We are interested in a situation with a gapful 2D bulk. The gap can be opened by breaking the time-reversal symmetry with a (pseudo-)magnetic field, the last term in Eq. (A1) (its physical nature depends on a specific realization of the Kitaev model). In a weak field, \(h\ll J\), the effect of the field is described, perturbatively, by the third-order contribution:

$$\begin{aligned} V^{(3)} = -\kappa \sum _{jkl} \sigma _x^j\sigma _y^k\sigma _z^l \,, \end{aligned}$$

(A6)

where summation is performed over triples jkl, in which one site is connected with the other two [10]. In this case, \(\kappa \propto h^3\); more generally, if other inevitable perturbations are taken into account [28, 39], \(\kappa\) is linear in h with a small prefactor and anisotropic, cf. Section 4 for more details. Thus, we obtain Majorana fermions on a honeycomb lattice with nearest- and next-nearest-neighbor couplings (J- and \(\kappa\)-terms), cf. Equation (48) in Ref. [10].
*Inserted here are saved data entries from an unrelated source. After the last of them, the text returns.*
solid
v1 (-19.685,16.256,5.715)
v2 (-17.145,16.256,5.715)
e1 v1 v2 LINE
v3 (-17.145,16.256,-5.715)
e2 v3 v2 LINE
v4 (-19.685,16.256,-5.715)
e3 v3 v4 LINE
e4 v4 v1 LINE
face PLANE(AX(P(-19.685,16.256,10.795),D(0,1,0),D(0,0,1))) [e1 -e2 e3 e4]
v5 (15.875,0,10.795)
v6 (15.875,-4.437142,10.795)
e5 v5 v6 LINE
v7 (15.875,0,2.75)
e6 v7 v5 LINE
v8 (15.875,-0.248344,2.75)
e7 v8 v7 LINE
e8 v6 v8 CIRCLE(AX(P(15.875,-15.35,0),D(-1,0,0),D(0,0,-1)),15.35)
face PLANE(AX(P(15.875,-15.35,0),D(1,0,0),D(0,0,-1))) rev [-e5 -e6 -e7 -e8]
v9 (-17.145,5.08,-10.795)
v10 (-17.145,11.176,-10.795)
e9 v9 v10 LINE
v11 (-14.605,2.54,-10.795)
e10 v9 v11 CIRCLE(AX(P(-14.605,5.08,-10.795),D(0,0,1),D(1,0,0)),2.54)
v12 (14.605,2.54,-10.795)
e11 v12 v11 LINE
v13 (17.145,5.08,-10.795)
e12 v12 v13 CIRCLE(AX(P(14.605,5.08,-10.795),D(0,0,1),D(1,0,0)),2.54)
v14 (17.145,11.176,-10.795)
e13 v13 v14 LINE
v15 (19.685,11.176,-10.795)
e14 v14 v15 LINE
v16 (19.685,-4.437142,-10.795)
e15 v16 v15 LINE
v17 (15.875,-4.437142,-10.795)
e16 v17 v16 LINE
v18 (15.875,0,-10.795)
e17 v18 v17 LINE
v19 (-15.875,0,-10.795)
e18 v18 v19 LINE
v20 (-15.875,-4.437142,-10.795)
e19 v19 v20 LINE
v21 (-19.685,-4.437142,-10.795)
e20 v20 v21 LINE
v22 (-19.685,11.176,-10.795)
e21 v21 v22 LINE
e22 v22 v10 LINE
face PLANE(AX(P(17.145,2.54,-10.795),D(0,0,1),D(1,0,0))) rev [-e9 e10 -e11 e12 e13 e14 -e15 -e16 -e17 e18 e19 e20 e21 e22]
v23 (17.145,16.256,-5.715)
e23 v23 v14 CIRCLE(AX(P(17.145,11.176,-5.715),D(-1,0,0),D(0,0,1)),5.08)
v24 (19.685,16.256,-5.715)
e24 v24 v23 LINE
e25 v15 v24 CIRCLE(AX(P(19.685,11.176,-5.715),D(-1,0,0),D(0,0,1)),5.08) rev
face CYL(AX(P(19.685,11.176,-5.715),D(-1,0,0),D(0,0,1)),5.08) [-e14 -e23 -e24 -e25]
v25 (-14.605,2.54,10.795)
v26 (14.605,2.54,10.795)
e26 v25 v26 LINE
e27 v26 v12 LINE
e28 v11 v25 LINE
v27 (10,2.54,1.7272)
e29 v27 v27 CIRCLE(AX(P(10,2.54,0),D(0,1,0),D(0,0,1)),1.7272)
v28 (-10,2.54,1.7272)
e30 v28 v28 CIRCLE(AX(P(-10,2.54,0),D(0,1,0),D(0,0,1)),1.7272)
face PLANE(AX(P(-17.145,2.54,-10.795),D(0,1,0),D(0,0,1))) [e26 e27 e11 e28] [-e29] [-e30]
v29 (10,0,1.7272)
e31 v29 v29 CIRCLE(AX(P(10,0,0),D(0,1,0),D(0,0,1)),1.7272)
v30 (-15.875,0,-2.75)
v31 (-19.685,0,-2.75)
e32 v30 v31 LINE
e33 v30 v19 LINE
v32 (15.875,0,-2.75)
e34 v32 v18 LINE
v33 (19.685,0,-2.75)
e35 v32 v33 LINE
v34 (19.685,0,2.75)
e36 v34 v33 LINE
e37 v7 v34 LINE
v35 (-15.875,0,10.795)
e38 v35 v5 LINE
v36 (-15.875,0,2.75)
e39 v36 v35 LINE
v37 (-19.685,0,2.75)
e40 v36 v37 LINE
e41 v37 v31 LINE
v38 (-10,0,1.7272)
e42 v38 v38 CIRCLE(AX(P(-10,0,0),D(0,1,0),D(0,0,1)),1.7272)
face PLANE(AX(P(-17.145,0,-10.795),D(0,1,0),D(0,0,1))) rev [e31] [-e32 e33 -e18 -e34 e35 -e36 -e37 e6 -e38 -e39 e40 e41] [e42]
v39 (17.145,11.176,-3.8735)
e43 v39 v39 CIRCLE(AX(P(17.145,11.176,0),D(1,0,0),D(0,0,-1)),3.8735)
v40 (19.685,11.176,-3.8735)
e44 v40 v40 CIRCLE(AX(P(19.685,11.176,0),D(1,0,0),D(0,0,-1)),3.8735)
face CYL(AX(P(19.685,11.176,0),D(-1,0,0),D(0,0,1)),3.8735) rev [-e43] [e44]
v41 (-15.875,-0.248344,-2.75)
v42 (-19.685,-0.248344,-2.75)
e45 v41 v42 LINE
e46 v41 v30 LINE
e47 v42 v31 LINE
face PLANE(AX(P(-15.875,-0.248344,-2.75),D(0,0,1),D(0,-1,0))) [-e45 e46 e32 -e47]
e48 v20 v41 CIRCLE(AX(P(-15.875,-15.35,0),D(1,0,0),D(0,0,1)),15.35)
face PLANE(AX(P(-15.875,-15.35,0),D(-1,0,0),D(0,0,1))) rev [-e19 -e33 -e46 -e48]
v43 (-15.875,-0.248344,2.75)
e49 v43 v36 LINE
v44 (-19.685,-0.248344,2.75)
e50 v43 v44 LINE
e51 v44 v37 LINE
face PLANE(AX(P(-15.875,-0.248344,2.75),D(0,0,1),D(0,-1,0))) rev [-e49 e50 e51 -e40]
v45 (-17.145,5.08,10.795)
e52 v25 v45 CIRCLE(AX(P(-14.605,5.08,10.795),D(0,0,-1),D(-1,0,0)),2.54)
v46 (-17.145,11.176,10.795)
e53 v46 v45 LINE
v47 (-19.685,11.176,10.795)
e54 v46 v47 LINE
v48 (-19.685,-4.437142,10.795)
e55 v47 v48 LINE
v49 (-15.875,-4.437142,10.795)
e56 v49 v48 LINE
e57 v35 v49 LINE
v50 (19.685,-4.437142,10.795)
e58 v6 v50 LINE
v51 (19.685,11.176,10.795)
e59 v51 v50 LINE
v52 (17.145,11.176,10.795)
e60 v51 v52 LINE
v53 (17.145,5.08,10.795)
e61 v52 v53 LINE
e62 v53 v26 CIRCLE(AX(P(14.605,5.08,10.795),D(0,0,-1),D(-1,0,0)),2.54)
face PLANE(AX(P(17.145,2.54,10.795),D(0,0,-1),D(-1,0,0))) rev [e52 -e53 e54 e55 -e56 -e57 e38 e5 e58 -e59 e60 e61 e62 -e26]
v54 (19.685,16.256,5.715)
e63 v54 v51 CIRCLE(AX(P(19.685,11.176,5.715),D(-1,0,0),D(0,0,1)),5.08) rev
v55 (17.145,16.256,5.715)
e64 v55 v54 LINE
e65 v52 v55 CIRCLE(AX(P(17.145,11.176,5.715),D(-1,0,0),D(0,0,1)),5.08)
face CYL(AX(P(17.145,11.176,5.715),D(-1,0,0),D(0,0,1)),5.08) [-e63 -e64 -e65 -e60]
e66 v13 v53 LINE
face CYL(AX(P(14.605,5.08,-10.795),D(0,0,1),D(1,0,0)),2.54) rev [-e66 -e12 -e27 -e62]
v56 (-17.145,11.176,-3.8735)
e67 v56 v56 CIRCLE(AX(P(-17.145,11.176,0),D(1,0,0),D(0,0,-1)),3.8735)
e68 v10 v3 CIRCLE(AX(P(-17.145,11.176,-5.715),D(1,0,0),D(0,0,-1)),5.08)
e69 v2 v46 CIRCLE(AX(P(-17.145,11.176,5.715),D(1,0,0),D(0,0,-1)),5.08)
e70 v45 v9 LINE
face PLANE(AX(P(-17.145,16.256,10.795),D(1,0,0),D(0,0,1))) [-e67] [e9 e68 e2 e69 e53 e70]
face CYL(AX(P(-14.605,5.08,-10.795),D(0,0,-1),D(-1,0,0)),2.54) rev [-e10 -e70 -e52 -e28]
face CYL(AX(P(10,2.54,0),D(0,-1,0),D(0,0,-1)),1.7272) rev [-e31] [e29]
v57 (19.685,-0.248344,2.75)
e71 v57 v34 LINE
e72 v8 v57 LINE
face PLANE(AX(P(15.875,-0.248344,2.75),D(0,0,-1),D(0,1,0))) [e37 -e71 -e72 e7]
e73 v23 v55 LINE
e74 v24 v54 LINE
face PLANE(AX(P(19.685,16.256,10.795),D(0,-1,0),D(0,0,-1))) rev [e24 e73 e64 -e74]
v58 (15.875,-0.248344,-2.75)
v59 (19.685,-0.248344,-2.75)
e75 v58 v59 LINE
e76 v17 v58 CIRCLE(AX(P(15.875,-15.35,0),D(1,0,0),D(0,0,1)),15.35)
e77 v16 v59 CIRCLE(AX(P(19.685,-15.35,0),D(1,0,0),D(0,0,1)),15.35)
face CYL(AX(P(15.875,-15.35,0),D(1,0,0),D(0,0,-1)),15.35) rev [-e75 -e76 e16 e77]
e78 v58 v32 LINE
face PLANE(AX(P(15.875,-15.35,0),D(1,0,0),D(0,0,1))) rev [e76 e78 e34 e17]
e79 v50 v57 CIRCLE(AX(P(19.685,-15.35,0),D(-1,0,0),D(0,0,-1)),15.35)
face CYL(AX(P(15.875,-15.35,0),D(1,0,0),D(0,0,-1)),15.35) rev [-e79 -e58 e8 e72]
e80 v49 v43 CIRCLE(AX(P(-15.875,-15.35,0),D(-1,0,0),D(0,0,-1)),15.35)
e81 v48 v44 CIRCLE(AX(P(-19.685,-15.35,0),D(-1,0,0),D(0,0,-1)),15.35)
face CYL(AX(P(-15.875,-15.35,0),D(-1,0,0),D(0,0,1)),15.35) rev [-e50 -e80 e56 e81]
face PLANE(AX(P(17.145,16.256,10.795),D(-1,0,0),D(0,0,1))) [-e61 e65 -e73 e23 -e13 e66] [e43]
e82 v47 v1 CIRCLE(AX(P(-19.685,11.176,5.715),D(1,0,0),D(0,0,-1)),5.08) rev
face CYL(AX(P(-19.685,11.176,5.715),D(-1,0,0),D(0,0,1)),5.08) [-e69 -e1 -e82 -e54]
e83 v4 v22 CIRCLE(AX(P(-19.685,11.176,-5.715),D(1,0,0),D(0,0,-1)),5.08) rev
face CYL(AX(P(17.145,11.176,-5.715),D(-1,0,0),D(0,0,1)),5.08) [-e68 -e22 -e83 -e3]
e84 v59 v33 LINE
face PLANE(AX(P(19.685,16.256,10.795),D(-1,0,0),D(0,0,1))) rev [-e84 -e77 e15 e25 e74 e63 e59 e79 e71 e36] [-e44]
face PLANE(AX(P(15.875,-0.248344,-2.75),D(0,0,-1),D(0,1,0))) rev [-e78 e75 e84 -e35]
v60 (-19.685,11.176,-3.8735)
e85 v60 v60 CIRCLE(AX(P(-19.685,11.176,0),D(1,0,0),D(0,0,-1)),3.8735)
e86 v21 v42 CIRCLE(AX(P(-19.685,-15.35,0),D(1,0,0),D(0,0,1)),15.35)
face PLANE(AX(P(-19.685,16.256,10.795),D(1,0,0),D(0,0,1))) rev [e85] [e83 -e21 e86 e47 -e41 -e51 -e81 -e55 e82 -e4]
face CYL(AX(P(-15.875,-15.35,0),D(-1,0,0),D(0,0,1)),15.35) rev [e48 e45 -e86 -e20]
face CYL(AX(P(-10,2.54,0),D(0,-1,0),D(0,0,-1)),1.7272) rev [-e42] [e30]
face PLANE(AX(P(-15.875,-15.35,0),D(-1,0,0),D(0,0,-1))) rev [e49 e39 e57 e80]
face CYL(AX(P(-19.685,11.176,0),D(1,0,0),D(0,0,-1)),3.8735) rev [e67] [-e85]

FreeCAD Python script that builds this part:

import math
import FreeCAD as App
import Part
import Sketcher
from FreeCAD import Vector
Q = App.Units.Quantity


def edges_at(feature, points):
    """Names of the edges that pass closest to the given points."""
    edges = feature.Shape.Edges
    near = lambda p: min(range(len(edges)), key=lambda i: edges[i].distToShape(Part.Vertex(*p))[0])
    return sorted({f"Edge{near(p) + 1}" for p in points})


def add_polygon(sketch, points):
    """Adds a closed chain of lines whose ends are joined by coincident constraints."""
    first, n = sketch.GeometryCount, len(points)
    for a, b in zip(points, points[1:] + points[:1]):
        sketch.addGeometry(Part.LineSegment(App.Vector(*a, 0), App.Vector(*b, 0)), False)
    for i in range(n):
        sketch.addConstraint(Sketcher.Constraint("Coincident", first + i, 2, first + (i + 1) % n, 1))

doc = App.newDocument("Part")
body = doc.addObject("PartDesign::Body", "Body")

# Sketch on XZ plane
sketch1 = body.newObject("Sketcher::SketchObject", "Sketch")
sketch1.AttachmentSupport = (doc.getObject("XZ_Plane"), [""])
sketch1.MapMode = "FlatFace"
add_polygon(sketch1, [(-17.145, -10.795), (-17.145, 10.795), (17.145, 10.795), (17.145, -10.795)])  # lines 0-3
sketch1.addGeometry(Part.Circle(Vector(-10, 0, 0), Vector(0, 0, 1), 1.7272), False)  # 4
sketch1.addGeometry(Part.Circle(Vector(10, 0, 0), Vector(0, 0, 1), 1.7272), False)  # 5
sketch1.addConstraint([
    Sketcher.Constraint("Vertical", 0),
    Sketcher.Constraint("Horizontal", 1),
    Sketcher.Constraint("Vertical", 2),
    Sketcher.Constraint("Horizontal", 3),
    Sketcher.Constraint("Equal", 4, 5),
    Sketcher.Constraint("Symmetric", 4, 3, 5, 3, -1, 1),
    Sketcher.Constraint("Symmetric", 0, 2, 2, 2, -1, 1),
    Sketcher.Constraint("PointOnObject", 4, 3, -1),
    Sketcher.Constraint("Diameter", 4, Q("0.136 in")),
    Sketcher.Constraint("DistanceX", 1, 1, 1, 2, Q("1.35 in")),
    Sketcher.Constraint("DistanceY", 0, 1, 0, 2, Q("0.85 in")),
    Sketcher.Constraint("DistanceX", 4, 3, -1, 1, 10.0),
])
pad1 = body.newObject("PartDesign::Pad", "Pad")
pad1.Profile = sketch1
pad1.Length = Q("0.1 in")
pad1.Reversed = True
This term (A6) also reduces to a term, quadratic in fermions, which couples next-nearest neighbors, \(\frac{i}{2}\kappa c_jc_l\), and the updated Hamiltonian (A2) involves the matrix

$$\begin{aligned} A(\textbf{q}) = \begin{pmatrix} \Delta (\textbf{q})&{}i f(\textbf{q})\\ -i f(-\textbf{q})&{}-\Delta (\textbf{q}) \end{pmatrix}\,. \end{aligned}$$

(A7)

Here \(\Delta (\textbf{q}) = 4\kappa [\sin (\textbf{qn}_1) + \sin (-\textbf{qn}_2) + \sin (\textbf{q}(\textbf{n}_2-\textbf{n}_1))]\). Near the nodes \(\pm \textbf{q}^*\) of the spectrum it reduces to

$$\begin{aligned} \varepsilon (\textbf{q}) \approx \pm \sqrt{3J^2\delta \textbf{q}^2 + \Delta ^2} \,, \ \delta \textbf{q}=\textbf{q} \mp \textbf{q}^* \,, \Delta =6\sqrt{3}\kappa \,. \end{aligned}$$

(A8)